> **DESCRIPTION OF THE TASK**:
Of all the lines below, output only those starting at the one with "#92=LINE('',#54,#29);" and ending at the one with "#131=ORIENTED_EDGE('',*,*,#112,.F.);", both ends included, exactly as written.

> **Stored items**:

============

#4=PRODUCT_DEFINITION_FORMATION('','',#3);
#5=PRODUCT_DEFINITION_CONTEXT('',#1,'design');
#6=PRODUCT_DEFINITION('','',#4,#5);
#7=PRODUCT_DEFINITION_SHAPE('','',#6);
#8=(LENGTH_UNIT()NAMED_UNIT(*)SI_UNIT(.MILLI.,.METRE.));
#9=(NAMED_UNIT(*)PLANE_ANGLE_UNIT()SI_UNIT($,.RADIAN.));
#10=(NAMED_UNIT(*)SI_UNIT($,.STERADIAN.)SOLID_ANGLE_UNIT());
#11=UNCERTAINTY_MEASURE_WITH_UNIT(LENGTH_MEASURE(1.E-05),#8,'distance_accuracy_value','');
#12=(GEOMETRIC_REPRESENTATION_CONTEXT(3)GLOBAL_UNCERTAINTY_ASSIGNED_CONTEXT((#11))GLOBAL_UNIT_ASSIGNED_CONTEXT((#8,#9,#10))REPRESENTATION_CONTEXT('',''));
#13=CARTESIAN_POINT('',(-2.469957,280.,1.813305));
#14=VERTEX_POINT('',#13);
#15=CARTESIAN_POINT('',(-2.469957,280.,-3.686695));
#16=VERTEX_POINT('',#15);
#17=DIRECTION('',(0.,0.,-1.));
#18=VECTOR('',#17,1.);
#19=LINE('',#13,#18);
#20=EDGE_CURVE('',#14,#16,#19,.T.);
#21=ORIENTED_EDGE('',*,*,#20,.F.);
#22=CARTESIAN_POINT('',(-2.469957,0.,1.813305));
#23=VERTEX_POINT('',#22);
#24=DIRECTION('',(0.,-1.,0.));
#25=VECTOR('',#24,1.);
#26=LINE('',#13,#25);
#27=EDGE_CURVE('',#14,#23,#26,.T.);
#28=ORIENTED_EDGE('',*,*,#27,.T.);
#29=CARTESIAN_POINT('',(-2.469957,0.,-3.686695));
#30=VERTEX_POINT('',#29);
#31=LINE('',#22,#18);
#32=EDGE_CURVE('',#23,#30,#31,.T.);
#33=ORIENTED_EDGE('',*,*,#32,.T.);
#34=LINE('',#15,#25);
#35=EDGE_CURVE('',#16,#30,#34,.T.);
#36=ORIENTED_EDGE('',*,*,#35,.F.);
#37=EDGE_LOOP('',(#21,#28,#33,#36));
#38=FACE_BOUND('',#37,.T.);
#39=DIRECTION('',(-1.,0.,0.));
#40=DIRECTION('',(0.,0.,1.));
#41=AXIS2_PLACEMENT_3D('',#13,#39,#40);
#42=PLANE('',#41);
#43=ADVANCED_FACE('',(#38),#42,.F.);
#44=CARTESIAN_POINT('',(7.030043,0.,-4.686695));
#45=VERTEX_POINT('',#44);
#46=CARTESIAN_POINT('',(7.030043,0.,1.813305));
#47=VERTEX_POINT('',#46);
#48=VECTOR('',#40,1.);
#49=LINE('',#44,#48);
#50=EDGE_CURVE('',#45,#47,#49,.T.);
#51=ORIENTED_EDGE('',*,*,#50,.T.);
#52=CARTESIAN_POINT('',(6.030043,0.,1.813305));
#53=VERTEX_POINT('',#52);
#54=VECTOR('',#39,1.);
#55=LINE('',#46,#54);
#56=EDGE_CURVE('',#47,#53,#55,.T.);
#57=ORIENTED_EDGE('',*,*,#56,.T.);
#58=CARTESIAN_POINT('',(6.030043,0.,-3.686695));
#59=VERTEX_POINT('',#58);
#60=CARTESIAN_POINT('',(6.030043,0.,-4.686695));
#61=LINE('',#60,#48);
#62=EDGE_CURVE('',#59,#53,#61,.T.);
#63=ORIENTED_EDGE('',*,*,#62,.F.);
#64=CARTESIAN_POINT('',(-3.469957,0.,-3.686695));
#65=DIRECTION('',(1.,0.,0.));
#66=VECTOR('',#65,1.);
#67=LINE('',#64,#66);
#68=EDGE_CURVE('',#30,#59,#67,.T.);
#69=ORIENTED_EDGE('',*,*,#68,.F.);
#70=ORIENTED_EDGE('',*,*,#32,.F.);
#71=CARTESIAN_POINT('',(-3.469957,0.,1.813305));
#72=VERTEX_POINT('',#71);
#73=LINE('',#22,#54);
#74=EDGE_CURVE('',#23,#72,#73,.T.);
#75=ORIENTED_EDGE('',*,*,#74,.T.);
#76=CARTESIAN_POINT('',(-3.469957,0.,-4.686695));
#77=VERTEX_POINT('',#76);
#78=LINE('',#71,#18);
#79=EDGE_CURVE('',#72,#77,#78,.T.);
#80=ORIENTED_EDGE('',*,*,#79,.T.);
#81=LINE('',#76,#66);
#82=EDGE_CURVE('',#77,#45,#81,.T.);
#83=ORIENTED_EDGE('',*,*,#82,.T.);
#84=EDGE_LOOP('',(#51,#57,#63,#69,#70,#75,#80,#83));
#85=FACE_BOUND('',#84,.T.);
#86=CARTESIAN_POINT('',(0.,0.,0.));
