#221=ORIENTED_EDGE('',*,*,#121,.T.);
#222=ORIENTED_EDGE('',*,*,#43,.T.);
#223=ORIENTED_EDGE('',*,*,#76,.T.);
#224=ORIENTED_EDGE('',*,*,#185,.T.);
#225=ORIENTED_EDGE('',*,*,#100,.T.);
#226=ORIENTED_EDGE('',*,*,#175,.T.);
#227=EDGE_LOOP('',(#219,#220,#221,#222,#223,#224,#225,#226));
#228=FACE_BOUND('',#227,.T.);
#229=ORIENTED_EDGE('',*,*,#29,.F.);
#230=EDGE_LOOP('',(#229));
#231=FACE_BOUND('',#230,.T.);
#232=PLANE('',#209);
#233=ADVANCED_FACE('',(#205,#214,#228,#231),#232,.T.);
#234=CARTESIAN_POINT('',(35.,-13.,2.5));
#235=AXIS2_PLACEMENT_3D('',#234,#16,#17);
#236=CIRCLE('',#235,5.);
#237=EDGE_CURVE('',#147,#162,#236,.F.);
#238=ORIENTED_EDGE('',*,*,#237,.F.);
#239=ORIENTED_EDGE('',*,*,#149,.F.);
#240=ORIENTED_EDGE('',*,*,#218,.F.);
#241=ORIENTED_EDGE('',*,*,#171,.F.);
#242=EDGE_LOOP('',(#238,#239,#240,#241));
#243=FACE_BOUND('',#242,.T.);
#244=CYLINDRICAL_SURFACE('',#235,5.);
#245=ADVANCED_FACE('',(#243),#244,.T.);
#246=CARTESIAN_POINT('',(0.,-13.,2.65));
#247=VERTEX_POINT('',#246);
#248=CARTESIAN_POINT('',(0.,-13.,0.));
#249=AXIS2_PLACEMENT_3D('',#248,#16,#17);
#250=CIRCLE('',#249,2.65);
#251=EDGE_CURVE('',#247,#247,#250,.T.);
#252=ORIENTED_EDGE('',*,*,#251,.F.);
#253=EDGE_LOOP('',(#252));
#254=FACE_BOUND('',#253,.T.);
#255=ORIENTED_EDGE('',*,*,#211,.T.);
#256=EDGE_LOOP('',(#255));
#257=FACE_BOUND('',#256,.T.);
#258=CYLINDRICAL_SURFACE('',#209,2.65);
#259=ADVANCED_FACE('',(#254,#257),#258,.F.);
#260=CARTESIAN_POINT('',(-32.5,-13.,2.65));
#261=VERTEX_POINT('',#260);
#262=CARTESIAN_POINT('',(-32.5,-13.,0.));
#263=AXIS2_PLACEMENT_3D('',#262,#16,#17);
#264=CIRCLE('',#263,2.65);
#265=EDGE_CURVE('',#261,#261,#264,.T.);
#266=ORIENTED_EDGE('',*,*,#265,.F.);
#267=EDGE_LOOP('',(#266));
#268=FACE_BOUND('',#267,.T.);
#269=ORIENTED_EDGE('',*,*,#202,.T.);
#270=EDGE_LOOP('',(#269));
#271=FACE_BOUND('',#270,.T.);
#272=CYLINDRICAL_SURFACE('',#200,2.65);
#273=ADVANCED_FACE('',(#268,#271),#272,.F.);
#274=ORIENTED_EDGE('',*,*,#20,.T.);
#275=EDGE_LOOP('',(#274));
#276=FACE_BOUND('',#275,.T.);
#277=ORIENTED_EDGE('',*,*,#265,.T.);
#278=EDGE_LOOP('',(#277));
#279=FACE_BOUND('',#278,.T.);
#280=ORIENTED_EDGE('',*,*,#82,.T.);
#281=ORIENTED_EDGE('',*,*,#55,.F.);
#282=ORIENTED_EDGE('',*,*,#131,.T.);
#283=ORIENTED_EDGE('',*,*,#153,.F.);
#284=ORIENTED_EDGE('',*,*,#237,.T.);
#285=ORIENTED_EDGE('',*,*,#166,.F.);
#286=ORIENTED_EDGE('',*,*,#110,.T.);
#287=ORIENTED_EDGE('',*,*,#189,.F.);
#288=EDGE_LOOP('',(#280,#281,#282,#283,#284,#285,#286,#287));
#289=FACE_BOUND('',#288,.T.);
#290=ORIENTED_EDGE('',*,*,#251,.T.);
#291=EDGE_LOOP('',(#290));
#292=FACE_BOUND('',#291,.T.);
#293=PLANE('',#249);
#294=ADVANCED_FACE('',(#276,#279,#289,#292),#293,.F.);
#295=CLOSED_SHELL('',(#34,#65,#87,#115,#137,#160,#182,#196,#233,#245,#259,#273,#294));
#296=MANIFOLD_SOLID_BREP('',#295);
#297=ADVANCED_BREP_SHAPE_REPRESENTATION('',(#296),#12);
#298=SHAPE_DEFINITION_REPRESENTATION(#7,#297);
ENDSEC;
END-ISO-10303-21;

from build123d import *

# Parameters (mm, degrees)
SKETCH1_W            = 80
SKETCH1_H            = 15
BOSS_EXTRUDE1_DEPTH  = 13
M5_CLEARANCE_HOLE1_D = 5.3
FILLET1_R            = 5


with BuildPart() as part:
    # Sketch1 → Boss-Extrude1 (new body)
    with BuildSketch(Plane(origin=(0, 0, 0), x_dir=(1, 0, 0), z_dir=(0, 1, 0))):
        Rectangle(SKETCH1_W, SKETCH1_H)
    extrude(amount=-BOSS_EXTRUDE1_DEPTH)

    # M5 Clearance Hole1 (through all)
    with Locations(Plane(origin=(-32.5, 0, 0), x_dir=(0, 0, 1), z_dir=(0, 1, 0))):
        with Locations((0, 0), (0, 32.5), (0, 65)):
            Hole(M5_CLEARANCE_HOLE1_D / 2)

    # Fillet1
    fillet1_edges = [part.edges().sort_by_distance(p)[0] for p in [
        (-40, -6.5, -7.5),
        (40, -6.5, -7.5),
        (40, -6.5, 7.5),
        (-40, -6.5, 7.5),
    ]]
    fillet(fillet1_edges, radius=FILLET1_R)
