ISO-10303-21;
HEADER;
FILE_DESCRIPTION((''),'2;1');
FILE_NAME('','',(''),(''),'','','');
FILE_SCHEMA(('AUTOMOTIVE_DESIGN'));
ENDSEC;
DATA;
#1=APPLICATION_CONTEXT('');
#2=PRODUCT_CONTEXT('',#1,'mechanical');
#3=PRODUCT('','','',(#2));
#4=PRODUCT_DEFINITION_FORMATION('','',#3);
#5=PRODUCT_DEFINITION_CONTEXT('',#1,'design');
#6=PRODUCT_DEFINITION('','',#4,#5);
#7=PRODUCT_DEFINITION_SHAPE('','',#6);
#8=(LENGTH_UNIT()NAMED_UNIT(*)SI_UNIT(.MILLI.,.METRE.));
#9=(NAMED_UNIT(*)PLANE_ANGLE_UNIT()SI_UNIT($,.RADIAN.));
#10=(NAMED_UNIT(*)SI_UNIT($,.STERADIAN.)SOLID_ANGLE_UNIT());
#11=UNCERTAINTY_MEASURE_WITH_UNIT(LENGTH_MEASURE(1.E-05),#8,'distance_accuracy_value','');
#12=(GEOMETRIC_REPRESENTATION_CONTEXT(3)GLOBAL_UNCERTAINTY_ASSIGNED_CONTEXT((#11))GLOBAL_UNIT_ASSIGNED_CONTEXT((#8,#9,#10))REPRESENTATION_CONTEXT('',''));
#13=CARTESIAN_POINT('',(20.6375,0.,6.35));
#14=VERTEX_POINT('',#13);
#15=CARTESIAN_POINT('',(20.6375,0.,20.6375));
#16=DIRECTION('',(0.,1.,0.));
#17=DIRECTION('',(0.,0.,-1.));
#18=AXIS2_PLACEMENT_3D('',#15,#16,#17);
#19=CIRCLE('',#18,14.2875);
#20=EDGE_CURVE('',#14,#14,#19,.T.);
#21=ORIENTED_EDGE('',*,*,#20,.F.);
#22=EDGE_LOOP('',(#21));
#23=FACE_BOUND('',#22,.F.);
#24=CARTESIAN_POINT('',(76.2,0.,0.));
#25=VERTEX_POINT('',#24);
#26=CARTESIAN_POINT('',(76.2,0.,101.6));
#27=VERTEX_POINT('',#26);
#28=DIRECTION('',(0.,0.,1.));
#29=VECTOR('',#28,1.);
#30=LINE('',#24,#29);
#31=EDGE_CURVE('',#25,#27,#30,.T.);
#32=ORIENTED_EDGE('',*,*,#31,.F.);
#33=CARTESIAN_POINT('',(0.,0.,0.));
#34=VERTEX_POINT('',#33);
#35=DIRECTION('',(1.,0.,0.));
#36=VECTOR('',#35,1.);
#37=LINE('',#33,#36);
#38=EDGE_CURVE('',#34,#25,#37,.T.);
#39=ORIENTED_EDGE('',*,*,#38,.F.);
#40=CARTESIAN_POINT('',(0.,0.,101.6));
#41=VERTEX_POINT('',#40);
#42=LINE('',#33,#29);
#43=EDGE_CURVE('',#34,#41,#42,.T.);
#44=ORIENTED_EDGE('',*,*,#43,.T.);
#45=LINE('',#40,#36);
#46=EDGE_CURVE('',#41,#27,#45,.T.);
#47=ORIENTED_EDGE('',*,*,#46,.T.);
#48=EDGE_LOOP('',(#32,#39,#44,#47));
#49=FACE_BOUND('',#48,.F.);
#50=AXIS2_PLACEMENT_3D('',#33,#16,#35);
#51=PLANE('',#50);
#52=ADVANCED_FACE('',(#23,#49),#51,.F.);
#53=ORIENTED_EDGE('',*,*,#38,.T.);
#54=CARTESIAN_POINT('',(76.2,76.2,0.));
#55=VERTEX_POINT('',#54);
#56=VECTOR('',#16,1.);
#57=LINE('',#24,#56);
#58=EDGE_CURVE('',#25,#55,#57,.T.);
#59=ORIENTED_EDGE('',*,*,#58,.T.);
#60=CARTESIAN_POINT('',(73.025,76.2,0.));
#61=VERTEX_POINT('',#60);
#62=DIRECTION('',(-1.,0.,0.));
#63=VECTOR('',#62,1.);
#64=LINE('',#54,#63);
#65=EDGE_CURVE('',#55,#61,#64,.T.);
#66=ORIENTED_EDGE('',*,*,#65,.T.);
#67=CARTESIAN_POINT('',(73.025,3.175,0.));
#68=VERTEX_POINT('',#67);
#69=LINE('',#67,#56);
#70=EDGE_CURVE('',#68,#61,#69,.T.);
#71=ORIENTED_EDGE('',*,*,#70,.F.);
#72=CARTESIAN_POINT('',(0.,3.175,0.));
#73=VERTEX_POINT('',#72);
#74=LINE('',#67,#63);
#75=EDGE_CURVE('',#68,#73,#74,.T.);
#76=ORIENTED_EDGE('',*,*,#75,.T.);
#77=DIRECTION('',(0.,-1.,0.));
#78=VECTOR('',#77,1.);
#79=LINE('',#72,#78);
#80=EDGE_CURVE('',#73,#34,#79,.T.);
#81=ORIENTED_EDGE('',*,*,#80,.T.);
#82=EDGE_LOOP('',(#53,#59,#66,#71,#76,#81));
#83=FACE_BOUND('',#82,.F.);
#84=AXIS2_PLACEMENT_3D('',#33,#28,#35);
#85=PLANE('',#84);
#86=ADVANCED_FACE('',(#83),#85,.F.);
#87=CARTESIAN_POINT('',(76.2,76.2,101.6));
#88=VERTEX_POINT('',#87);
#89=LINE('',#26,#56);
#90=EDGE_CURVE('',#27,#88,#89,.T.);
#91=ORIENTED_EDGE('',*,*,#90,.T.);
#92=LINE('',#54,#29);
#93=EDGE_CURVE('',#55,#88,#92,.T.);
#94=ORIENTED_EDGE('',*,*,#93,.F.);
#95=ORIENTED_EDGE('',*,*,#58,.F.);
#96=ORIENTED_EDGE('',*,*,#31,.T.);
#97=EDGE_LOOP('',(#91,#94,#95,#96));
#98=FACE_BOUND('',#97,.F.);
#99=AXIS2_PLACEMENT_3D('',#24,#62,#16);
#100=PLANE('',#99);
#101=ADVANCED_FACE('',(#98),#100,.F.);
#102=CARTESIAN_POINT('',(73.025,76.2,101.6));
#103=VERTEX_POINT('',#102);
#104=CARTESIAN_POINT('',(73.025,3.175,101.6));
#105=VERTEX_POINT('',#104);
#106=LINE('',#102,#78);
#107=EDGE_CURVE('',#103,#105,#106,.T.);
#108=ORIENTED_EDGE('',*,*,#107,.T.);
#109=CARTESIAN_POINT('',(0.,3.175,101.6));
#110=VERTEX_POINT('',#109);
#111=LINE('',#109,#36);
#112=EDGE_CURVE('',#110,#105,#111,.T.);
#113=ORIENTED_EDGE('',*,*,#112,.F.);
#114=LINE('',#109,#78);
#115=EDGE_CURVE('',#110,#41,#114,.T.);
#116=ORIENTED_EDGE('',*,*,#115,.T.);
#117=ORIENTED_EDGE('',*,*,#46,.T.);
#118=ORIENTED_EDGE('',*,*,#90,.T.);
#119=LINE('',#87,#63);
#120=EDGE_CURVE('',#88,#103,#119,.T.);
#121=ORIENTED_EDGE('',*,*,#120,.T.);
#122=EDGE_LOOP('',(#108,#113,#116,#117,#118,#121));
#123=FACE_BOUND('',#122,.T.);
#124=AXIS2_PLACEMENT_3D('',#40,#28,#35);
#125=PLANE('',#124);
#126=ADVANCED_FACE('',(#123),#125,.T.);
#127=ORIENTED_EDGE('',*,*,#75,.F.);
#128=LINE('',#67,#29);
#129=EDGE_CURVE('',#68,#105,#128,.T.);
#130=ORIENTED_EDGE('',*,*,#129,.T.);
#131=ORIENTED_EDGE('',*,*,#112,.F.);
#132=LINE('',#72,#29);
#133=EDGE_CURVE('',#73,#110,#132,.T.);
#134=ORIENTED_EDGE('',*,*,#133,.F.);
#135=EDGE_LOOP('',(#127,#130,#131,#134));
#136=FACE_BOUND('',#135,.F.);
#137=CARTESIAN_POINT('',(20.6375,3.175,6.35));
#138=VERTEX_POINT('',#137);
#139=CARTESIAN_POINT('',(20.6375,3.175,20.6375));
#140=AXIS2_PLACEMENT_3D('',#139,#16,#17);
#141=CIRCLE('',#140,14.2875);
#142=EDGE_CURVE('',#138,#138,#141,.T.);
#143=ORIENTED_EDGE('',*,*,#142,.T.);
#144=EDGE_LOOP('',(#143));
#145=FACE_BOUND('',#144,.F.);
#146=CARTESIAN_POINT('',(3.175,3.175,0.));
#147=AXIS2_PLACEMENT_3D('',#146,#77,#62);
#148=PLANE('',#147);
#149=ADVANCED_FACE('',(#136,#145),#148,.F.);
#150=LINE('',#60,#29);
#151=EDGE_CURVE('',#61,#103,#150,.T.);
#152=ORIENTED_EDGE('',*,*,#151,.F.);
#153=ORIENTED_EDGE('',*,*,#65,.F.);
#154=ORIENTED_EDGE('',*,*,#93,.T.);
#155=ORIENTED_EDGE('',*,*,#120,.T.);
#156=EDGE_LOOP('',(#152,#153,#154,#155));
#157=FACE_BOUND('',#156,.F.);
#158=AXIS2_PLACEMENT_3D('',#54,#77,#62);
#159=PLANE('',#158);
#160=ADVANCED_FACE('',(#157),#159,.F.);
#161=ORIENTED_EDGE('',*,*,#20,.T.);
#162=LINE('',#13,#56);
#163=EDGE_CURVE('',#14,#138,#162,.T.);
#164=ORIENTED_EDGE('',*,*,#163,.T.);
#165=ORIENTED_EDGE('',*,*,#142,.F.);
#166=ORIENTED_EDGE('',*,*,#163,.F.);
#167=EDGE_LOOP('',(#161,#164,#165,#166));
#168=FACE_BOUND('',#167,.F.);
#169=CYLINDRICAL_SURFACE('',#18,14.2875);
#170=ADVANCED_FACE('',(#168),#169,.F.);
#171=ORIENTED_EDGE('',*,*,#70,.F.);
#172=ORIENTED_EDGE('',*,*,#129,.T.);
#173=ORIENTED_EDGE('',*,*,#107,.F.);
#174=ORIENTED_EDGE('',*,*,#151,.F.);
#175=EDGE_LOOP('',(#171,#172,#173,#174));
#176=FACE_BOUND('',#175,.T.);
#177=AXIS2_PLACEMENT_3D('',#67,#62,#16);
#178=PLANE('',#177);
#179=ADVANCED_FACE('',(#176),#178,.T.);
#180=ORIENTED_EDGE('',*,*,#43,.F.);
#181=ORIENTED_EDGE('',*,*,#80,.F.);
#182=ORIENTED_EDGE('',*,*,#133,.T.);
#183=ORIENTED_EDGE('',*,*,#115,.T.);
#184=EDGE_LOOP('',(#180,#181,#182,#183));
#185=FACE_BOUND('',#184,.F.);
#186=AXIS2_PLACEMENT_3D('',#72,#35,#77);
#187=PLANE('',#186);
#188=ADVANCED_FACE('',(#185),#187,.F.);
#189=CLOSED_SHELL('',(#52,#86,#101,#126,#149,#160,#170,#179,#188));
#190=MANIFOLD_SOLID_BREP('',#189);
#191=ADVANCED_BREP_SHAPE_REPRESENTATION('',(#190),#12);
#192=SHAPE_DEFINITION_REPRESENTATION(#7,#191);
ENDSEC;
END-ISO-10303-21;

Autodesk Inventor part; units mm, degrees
ref_plane "YZ Plane" through (0, 0, 0) normal (1, 0, 0) x (0, 1, 0)
ref_plane "XZ Plane" through (0, 0, 0) normal (0, 1, 0) x (-1, 0, 0)
ref_plane "XY Plane" through (0, 0, 0) normal (0, 0, 1) x (1, 0, 0)
sketch "Sketch1" plane through (0, 0, 0) normal (0, 0, 1) x (1, 0, 0)
  line L0 (0, 0) -> (76.2, 0)
  line L1 (76.2, 0) -> (76.2, 76.2)
  line L2 (76.2, 76.2) -> (0, 76.2)
  line L3 (0, 3.175) -> (0, 0)
  line L4 (3.175, 3.175) -> (73.025, 3.175)
  line L5 (73.025, 3.175) -> (73.025, 73.025)
  line L6 (3.175, 3.175) -> (0, 3.175)
  line L7 (73.025, 73.025) -> (73.025, 76.2)
  dimension "d0" = 76.2
  dimension "d1" = 76.2
extrude "Extrusion1" add sketch "Sketch1" along normal blind 101.6
sketch "Sketch2" plane through (0, 0, 0) normal (0, -1, 0) x (1, 0, 0)
  line L0 (0, 101.6) -> (76.2, 101.6) projected
  line L1 (0, 0) -> (0, 101.6) projected
  point P0 (20.6375, 20.6375)
  dimension "d5" = 80.9625
  dimension "d6" = 20.6375
  dimension "d14" = 101.6
hole "Hole1" at (20.6375, 0, 20.6375) direction (0, 1, 0) diameter 28.575 depth 25.4 tip angle 118
properties part number "ARM_068_NewLongShaftMountFlipped" material "Aluminum 6061"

============

> **PROBLEM SOLUTION**:
#92=LINE('',#54,#29);
#93=EDGE_CURVE('',#55,#88,#92,.T.);
#94=ORIENTED_EDGE('',*,*,#93,.F.);
#95=ORIENTED_EDGE('',*,*,#58,.F.);
#96=ORIENTED_EDGE('',*,*,#31,.T.);
#97=EDGE_LOOP('',(#91,#94,#95,#96));
#98=FACE_BOUND('',#97,.F.);
#99=AXIS2_PLACEMENT_3D('',#24,#62,#16);
#100=PLANE('',#99);
#101=ADVANCED_FACE('',(#98),#100,.F.);
#102=CARTESIAN_POINT('',(73.025,76.2,101.6));
#103=VERTEX_POINT('',#102);
#104=CARTESIAN_POINT('',(73.025,3.175,101.6));
#105=VERTEX_POINT('',#104);
#106=LINE('',#102,#78);
#107=EDGE_CURVE('',#103,#105,#106,.T.);
#108=ORIENTED_EDGE('',*,*,#107,.T.);
#109=CARTESIAN_POINT('',(0.,3.175,101.6));
#110=VERTEX_POINT('',#109);
#111=LINE('',#109,#36);
#112=EDGE_CURVE('',#110,#105,#111,.T.);
#113=ORIENTED_EDGE('',*,*,#112,.F.);
#114=LINE('',#109,#78);
#115=EDGE_CURVE('',#110,#41,#114,.T.);
#116=ORIENTED_EDGE('',*,*,#115,.T.);
#117=ORIENTED_EDGE('',*,*,#46,.T.);
#118=ORIENTED_EDGE('',*,*,#90,.T.);
#119=LINE('',#87,#63);
#120=EDGE_CURVE('',#88,#103,#119,.T.);
#121=ORIENTED_EDGE('',*,*,#120,.T.);
#122=EDGE_LOOP('',(#108,#113,#116,#117,#118,#121));
#123=FACE_BOUND('',#122,.T.);
#124=AXIS2_PLACEMENT_3D('',#40,#28,#35);
#125=PLANE('',#124);
#126=ADVANCED_FACE('',(#123),#125,.T.);
#127=ORIENTED_EDGE('',*,*,#75,.F.);
#128=LINE('',#67,#29);
#129=EDGE_CURVE('',#68,#105,#128,.T.);
#130=ORIENTED_EDGE('',*,*,#129,.T.);
#131=ORIENTED_EDGE('',*,*,#112,.F.);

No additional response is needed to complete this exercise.